Cystatin F as an attenuator of lysosomal cysteine proteases. Cystatin F (pale green) dimerises in the ER through di-sulphide linkages (yellow dots) and is transported to the endocytic pathway using the mannose-6-phosphate targeting system. Dimer to monomer conversion is driven by proteolytic action (red asterisk) on an N-terminal linking peptide that contains one of the cysteines involved in the disulphide bridge. Protease generated monomer has an N-terminus truncated by 15 residues relative to monomer generated by reducing agents in vitro. Since cystatin N-termini are important in cysteine protease inhibition, this changes the target range of the monomer. For example, cathepsin C is blocked by protease generated monomer but not by full-length monomer generated by reduction. Secreted cystatin F can be taken up, again via mannose-6-phosphate receptors and activated by bystander cells. For experimental evidence see references 89-95.

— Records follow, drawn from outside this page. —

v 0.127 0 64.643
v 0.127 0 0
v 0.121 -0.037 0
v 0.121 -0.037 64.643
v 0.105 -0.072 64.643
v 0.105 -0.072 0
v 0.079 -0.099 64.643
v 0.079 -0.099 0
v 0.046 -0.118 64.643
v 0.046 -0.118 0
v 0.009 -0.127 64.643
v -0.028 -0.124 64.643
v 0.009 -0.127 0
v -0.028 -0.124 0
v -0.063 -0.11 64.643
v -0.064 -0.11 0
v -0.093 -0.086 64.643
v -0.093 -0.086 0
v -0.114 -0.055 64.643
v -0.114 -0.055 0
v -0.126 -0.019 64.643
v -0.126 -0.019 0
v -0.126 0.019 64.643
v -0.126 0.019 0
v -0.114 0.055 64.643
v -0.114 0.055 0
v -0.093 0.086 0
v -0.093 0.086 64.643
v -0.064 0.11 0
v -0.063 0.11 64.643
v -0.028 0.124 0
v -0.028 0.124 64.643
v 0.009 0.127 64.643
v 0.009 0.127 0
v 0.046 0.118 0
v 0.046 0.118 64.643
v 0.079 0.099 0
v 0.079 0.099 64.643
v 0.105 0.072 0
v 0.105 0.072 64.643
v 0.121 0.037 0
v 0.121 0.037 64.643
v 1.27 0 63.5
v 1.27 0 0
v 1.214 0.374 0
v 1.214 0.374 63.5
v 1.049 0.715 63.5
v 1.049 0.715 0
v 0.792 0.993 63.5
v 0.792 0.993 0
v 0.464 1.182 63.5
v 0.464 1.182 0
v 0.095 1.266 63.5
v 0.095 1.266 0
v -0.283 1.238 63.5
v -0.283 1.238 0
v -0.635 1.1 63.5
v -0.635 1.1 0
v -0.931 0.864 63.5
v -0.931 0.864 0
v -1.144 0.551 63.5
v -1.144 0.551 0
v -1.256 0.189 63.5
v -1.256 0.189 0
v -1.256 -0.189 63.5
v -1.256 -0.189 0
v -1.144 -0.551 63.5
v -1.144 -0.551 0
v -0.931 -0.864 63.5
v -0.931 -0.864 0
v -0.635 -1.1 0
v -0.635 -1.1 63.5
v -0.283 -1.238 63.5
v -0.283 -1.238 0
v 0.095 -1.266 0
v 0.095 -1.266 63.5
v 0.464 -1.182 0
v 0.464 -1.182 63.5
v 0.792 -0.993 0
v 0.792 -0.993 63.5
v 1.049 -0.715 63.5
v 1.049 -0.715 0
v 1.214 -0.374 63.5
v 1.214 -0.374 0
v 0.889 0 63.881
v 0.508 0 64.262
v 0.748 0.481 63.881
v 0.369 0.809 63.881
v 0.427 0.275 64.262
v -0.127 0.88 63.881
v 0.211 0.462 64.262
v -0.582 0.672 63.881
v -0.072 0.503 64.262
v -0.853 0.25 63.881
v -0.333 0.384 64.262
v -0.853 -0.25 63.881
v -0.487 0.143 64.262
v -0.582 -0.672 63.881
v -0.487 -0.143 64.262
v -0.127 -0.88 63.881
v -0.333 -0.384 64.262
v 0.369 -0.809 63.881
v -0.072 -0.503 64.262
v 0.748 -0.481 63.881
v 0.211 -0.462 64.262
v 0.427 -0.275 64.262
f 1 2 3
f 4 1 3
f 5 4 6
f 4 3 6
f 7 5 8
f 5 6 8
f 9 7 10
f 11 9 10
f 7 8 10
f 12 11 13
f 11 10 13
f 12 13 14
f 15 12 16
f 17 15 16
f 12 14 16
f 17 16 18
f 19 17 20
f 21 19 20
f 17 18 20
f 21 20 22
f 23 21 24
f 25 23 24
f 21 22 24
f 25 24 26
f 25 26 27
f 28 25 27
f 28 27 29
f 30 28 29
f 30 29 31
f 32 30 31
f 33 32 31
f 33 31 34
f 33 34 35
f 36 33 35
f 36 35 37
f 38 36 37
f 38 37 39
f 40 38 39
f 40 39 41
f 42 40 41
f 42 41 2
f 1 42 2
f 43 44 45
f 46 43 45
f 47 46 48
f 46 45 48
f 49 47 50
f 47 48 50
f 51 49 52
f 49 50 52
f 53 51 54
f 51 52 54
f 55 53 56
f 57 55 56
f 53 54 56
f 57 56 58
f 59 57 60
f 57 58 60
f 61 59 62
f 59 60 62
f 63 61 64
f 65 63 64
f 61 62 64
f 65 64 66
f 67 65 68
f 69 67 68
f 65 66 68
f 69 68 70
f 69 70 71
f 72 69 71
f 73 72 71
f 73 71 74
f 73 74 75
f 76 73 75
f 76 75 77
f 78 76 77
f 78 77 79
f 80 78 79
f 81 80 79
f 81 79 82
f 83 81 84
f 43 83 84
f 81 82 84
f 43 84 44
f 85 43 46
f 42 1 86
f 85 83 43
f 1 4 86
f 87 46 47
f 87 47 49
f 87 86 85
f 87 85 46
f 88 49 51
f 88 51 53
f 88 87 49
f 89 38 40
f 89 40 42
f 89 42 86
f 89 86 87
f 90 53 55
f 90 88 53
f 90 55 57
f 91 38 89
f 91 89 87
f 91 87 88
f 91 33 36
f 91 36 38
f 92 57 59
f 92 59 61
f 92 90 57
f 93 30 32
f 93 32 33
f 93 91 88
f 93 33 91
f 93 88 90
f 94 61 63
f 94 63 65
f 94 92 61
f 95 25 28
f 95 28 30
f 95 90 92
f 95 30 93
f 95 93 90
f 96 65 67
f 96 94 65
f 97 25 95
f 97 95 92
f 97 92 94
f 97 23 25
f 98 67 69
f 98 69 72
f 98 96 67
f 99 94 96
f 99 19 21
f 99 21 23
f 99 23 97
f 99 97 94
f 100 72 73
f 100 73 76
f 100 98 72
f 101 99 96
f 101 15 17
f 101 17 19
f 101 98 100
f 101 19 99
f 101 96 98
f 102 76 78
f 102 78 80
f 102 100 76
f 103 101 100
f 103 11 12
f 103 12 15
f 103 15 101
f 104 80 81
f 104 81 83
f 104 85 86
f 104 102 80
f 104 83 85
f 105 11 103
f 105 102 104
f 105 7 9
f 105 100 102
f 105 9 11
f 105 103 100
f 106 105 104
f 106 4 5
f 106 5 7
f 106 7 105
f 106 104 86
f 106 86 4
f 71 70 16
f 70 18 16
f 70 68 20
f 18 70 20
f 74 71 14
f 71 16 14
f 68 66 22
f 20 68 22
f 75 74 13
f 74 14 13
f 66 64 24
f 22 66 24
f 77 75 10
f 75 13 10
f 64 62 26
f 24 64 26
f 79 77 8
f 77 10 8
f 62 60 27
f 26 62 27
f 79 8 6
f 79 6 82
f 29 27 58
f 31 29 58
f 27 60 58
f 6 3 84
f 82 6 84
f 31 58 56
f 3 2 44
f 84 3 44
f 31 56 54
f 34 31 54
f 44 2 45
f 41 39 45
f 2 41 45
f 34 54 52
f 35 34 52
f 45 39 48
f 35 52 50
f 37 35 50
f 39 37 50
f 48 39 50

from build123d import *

# Parameters (mm, degrees)
F0_R     = 1.27
F1_DEPTH = 64.77
F2_SIZE  = 1.27
F3_R     = 0.127
F4_DEPTH = 64.771


with BuildPart() as f1:
    # F0 (on Top) → F1 (new body)
    with BuildSketch(Plane.XY):
        Circle(F0_R)
    extrude(amount=F1_DEPTH)

    # F2
    f2_edges = [f1.edges().sort_by_distance(p)[0] for p in [
        (-1.27, 0, 64.77),
    ]]
    chamfer(f2_edges, length=F2_SIZE)

    # F3 (on face) → F4 (cut, through all)
    with BuildSketch(Plane(origin=(0, 0, 0), x_dir=(1, 0, 0), z_dir=(0, 0, -1))):
        Circle(F3_R)
    extrude(amount=-F4_DEPTH, mode=Mode.SUBTRACT)


solid = f1.part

Finally some cystatin F is secreted and unlike monomeric cystatins, will not bind to and therefore be quenched, by proteases outside cells. Being glycosylated it can be readily taken up through carbohydrate recognition receptors such as the mannose-6 phosphate receptor and subsequently activated in the recipient cell [91]. Thus protease activity may be modulated in trans by cystatin F expressing cells (Fig. 2) a facility which may permit the attenuation of some of the less desirable phenomena that have been linked to the cysteine cathepsins such as inflammation and tumour progression.
11. Closing summary
Our understanding of the endo/lysosomal pathway has come a long way since the pioneering studies of de Duve and colleagues. Complete destruction of material taken into cells by endocytosis, is certainly not the only and may not even be the most important function of the endo/lysosome system in many cells. In immune cells such as DC crucially important information is generated that activates both the innate and adaptive immune systems. This information consists of protein fragments that complex with class II MHC molecules to create a ‘currency’ recognised by the CD4 T lymphocyte system. Class I MHC molecules can also be loaded in the endocytic pathway through the still to be fully characterised mechanisms of cross-presentation which intriguingly, seems to involve incorporation of limited amounts of ER into phagosomes and endosomes. Some pathogen sensing TLR receptors are activated by endosomal proteolysis. Finally, the toxic enzymes elaborated by various immune cells and packaged into lysosome like organelles for discharge onto target cells may be hazardous to the cell producing them. Cystatins and perhaps particularly cystatin F, which is itself activated by proteolysis, may act as a brake and protect cells from their own armoury of toxic enzymes.
Footnotes
This article is part of a Special Issue entitled: Proteolysis 50 years after the discovery of lysosome.